Fodor's first law of the non-existence of cognitive science, 1983: 107
The whole thinking process is still rather mysterious to us, but I believe that the attempt to make a thinking machine will help us greatly in finding out how we think ourselves.
Alan Turing (quoted in Hodges 1983: 442)
We are all experts at decision making. After all, we have been practising the art for most, perhaps all, of our lives. Each of us knows that some decisions are easy to make and some difficult, and also that sometimes we have made the right and sometimes the wrong choice. Occasionally we reflect upon a decision and how we arrived at a particular choice. Most often this occurs when we appear to have been foolish. Why ever did I choose to become an archaeologist? What made me choose to study decision making?
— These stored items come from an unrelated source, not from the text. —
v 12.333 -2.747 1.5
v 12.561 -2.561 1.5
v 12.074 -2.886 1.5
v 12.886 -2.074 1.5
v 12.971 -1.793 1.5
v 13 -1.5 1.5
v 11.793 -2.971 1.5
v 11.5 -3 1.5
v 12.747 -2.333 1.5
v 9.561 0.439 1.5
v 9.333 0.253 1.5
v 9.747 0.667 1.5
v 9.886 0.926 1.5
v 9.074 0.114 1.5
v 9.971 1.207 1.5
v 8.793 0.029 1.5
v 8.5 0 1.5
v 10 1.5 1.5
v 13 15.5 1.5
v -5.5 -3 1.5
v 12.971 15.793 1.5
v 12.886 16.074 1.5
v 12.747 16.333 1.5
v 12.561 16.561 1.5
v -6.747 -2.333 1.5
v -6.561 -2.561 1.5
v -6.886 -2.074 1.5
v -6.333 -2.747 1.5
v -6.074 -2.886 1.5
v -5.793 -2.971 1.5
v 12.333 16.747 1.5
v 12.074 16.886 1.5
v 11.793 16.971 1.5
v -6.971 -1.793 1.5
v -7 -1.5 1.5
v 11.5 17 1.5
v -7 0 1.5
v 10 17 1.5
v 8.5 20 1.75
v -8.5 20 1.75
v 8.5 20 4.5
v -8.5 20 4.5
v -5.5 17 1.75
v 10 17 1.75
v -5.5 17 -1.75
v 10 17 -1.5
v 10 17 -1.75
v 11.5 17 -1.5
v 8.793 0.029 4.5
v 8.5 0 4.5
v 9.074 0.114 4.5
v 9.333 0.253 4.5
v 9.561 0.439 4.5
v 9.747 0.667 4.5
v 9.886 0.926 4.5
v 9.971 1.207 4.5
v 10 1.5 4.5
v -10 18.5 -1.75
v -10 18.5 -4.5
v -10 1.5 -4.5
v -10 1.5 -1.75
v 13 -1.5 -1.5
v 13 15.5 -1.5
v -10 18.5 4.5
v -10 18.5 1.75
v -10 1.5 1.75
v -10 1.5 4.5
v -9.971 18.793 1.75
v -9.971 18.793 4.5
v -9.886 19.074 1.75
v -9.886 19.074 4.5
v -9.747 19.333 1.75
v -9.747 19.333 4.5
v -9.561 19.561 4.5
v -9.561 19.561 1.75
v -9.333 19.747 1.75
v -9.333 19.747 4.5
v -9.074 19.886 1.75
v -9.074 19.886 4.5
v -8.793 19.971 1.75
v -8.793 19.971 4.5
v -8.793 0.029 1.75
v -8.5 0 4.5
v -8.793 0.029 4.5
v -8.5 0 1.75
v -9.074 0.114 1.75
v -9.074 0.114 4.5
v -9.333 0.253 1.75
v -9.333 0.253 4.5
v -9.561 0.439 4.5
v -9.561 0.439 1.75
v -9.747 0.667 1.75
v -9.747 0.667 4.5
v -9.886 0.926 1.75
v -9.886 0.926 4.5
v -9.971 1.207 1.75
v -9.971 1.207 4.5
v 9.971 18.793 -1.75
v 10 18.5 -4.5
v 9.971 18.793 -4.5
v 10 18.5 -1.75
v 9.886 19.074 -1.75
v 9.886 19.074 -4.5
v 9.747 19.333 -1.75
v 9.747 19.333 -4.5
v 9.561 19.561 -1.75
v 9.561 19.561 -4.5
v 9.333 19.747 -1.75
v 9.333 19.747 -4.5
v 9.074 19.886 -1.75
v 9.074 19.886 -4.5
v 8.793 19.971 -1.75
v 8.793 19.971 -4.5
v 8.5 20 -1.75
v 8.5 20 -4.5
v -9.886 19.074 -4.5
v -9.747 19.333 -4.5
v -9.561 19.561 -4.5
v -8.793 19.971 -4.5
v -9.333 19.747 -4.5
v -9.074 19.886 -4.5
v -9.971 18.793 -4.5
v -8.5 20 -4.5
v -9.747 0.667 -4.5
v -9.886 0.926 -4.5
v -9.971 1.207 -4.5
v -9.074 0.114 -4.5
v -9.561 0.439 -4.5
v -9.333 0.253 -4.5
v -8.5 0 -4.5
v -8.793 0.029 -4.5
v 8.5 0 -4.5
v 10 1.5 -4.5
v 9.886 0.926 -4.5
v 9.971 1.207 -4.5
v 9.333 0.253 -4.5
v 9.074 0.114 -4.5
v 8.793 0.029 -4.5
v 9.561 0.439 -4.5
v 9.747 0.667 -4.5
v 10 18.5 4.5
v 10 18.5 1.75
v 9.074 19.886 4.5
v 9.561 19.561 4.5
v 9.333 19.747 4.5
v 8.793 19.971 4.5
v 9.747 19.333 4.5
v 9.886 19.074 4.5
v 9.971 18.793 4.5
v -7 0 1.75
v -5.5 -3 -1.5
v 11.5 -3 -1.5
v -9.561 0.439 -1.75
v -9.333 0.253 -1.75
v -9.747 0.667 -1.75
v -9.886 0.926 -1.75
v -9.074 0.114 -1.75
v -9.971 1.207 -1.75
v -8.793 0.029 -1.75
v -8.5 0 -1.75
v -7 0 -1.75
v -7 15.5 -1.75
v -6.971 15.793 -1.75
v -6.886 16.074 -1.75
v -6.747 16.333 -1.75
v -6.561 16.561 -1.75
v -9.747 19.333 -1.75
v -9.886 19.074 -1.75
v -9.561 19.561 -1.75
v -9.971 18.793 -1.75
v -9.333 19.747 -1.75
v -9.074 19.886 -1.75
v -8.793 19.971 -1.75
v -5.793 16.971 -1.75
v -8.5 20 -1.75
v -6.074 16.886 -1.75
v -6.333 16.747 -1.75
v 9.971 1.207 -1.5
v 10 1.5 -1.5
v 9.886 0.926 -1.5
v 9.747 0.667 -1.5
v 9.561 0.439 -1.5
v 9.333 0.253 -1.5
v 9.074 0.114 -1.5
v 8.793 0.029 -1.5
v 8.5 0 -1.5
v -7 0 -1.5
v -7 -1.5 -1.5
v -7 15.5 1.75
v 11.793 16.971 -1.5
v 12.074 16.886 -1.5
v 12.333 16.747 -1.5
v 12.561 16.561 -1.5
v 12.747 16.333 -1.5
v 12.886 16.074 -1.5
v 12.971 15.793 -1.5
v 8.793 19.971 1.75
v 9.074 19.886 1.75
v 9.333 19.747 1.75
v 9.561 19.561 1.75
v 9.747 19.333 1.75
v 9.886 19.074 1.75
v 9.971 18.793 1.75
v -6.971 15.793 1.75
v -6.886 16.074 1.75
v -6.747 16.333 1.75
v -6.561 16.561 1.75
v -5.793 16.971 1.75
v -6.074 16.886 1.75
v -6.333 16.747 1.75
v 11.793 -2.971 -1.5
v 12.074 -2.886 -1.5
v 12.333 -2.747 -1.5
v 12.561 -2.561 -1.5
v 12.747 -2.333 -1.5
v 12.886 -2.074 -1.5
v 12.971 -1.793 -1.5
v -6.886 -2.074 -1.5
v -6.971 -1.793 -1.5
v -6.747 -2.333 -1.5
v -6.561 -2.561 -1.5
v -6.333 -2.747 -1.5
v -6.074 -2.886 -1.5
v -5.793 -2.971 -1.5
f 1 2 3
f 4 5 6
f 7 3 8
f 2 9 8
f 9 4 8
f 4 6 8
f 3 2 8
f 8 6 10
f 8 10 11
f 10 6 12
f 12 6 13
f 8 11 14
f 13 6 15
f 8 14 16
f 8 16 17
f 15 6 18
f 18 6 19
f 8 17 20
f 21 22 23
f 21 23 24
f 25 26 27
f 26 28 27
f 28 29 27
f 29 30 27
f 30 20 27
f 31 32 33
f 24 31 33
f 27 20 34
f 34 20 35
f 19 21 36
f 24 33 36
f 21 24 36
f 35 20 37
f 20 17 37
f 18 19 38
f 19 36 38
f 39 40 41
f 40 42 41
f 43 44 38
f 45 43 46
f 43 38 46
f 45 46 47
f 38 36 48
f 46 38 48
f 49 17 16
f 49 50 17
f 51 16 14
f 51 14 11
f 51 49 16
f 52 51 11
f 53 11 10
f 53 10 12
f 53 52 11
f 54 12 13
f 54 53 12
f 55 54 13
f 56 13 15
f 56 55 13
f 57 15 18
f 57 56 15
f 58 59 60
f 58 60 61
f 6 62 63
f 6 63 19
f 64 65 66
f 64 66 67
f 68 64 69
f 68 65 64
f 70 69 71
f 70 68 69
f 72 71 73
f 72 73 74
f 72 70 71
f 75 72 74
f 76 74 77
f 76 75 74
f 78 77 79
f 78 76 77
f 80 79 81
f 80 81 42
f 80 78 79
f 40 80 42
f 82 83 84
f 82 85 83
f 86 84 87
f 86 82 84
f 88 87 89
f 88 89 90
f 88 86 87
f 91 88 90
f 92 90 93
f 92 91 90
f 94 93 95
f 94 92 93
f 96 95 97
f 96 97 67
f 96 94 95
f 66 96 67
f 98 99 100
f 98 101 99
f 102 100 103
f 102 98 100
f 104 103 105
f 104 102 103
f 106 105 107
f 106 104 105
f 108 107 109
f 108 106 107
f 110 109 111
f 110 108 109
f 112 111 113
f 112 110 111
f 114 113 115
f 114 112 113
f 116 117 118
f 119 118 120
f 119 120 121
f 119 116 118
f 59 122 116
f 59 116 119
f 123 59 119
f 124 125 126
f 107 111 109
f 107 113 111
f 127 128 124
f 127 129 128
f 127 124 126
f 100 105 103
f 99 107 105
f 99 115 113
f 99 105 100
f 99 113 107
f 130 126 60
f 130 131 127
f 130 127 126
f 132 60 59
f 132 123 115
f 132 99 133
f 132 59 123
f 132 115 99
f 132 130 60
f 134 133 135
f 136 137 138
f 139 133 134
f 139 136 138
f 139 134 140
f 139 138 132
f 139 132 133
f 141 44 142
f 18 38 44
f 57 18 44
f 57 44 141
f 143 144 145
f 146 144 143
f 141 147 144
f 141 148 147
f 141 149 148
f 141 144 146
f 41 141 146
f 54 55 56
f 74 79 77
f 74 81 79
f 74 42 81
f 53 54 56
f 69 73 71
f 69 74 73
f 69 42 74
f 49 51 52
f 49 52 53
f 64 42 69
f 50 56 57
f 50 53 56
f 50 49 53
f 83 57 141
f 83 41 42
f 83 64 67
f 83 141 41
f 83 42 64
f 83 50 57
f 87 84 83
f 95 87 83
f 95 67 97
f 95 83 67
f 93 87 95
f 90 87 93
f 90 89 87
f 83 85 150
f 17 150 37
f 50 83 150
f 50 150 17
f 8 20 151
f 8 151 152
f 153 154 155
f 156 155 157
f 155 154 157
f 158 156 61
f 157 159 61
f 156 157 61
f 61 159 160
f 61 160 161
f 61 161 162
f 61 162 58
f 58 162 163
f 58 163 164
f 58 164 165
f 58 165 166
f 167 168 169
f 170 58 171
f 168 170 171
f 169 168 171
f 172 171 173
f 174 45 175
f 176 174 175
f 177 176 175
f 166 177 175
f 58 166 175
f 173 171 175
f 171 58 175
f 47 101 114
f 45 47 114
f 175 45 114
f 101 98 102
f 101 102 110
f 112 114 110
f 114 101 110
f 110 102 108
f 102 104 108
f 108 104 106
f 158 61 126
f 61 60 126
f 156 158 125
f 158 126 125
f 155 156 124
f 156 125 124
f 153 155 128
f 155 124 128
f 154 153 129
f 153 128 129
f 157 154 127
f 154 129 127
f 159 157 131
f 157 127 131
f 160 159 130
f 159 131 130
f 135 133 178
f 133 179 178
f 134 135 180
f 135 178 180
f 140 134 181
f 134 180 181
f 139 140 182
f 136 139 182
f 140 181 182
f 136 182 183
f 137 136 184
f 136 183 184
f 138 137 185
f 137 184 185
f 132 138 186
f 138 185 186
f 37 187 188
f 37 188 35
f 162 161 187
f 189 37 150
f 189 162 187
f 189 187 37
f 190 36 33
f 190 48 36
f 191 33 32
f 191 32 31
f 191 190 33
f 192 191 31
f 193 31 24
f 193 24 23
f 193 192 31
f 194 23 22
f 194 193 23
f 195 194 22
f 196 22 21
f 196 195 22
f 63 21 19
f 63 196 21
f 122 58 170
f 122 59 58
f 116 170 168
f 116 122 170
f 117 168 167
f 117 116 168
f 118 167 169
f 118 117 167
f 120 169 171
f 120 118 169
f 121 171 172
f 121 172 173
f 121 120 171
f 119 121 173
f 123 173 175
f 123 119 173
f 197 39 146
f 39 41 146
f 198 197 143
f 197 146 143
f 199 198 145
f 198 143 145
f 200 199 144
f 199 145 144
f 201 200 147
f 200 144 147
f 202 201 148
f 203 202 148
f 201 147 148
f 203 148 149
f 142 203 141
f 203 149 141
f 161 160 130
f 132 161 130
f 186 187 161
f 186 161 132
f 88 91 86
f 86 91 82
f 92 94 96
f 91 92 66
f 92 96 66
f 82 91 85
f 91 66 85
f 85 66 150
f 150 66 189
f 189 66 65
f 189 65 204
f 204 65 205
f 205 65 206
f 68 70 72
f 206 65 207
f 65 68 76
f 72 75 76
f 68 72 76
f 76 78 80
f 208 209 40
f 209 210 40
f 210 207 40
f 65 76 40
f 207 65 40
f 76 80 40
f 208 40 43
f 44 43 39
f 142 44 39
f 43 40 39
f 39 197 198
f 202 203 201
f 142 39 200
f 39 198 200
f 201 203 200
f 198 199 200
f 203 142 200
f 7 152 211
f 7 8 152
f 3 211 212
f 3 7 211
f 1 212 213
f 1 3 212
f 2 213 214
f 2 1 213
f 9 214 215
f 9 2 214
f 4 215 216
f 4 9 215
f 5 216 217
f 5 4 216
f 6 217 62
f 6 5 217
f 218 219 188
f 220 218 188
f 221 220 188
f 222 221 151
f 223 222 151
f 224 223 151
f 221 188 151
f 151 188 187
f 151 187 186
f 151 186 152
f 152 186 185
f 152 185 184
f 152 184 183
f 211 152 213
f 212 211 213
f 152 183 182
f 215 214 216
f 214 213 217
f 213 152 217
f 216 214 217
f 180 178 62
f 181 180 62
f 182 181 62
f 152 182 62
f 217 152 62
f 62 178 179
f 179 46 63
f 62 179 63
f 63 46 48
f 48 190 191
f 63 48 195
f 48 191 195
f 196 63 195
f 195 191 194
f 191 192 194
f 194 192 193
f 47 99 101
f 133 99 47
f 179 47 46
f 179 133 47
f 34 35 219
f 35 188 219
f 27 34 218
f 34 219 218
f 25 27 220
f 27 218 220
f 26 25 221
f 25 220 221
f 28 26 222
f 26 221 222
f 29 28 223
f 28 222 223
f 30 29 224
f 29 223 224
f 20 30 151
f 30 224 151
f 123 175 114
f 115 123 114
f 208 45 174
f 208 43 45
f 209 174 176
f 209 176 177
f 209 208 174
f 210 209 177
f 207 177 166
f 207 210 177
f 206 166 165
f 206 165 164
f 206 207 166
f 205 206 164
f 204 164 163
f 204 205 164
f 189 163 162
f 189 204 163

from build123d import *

# Parameters (mm, degrees)
F0_W     = 14
F0_H     = 3
F0_W_2   = 3
F1_DEPTH = 20
F2_DEPTH = 3
F3_W     = 3
F3_H     = 3
F4_DEPTH = 100
F5_W     = 3
F5_H     = 3.5
F6_DEPTH = 100
F7_R     = 1.5


with BuildPart() as f1:
    # F0 (on Front) → F1 (new body)
    with BuildSketch(Plane.XZ):
        Polygon((10, 1.5), (10, 4.5), (-10, 4.5), (-10, 1.5), (-7, 1.5), (7, 1.5), align=None)
        Rectangle(F0_W, F0_H)
        with Locations((11.5, 0)):
            Rectangle(F0_W_2, F0_H)
        with Locations((8.5, 0)):
            Rectangle(F0_W_2, F0_H)
        with Locations((-8.5, 0)):
            Rectangle(F0_W_2, F0_H)
        Polygon((10, -4.5), (10, -1.5), (7, -1.5), (-7, -1.5), (-10, -1.5), (-10, -4.5), align=None)
    extrude(amount=-F1_DEPTH)

    # F0 (on Front) → F2 (join)
    with BuildSketch(Plane.XZ):
        with Locations((-8.5, 0)):
            Rectangle(F0_W_2, F0_H)
        Rectangle(F0_W, F0_H)
        with Locations((8.5, 0)):
            Rectangle(F0_W_2, F0_H)
        with Locations((11.5, 0)):
            Rectangle(F0_W_2, F0_H)
    extrude(amount=F2_DEPTH)

    # F3 (on face) → F4 (cut)
    with BuildSketch(Plane.YZ.offset(13)):
        Polygon((23, -1.75), (23, 1.75), (17, 1.75), (17, 1.5), (20, 1.5), (20, -1.5), (17, -1.5), (17, -1.75), align=None)
        with Locations((18.5, 0)):
            Rectangle(F3_W, F3_H)
    extrude(amount=-F4_DEPTH, mode=Mode.SUBTRACT)

    # F5 (on face) → F6 (cut)
    with BuildSketch(Plane(origin=(0, 17, 0), x_dir=(-1, 0, 0), z_dir=(0, 1, 0))):
        with Locations((11.5, 0)):
            Rectangle(F5_W, F5_H)
        with Locations((8.5, 0)):
            Rectangle(F5_W, F5_H)
    extrude(amount=-F6_DEPTH, mode=Mode.SUBTRACT)

    # F7
    f7_edges = [f1.edges().sort_by_distance(p)[0] for p in [
        (-7, -3, 0),
        (13, -3, 0),
        (10, 0, 3),
        (10, 0, -3),
        (-10, 0, -3.125),
        (-10, 0, 3.125),
        (-7, 17, 0),
        (-10, 20, 3.125),
        (-10, 20, -3.125),
        (13, 17, 0),
        (10, 20, 3.125),
        (10, 20, -3.125),
    ]]
    fillet(f7_edges, radius=F7_R)


solid = f1.part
Why on earth did I decide to write/read this book? When doing this, we tend to take the decision process apart and look at the information we had available to us, what now appears to have been missing and how we thought that some items carried more weight than others. Often we remain uncertain as to why we made a particular choice. Why did I decide to be an archaeologist? Well, perhaps because I thought that seeking after the roots of human culture would be intellectually fulfilling. Alternatively it may have been the thought of digging for buried treasure in the sun with endless supplies of wine and good food.
For decisions and revisions which a minute will reverse
T.S. Eliot, ‘The Love Song of J. Alfred Prufrock’
One of the unique characteristics of the human species is the possession of highly developed capacities for learning, decision making and problem solving, as T.S. Eliot reminds us. These result in a behavioural flexibility unparalleled in any other species. Although such capacities often require a social context for their use, they reside in the individual. Quite simply, it is these that constitute the source of cultural behaviour. It is remarkable, therefore, that archaeology, a discipline with the human species as its centre and which claims a pre-eminent role for understanding cultural behaviour, has paid scant attention to the processes of learning and decision making by individuals.
How can we gain an adequate understanding of what happened in the past, and why it happened, without making explicit reference to people taking decisions on the basis of accumulated knowledge between alternative courses of action? Certainly individual decision makers cannot be divorced from their social contexts and are part of natural communities, but it is the individual who perceives, thinks and decides. To make a flint arrowhead in one shape rather than another, to hunt deer rather than to collect molluscs, to paint rather than inscribe upon a pot are all decisions taken by individuals upon which our conception of ‘cultures’ and trajectories of social and economic change are imposed. Such decisions underlie all processes highlighted in recent archaeological thought, whether they be intensification and population pressure or core-periphery networks and peer-polity interaction. These, and other processes, are insufficiently described and understood when lacking reference to the individuals involved.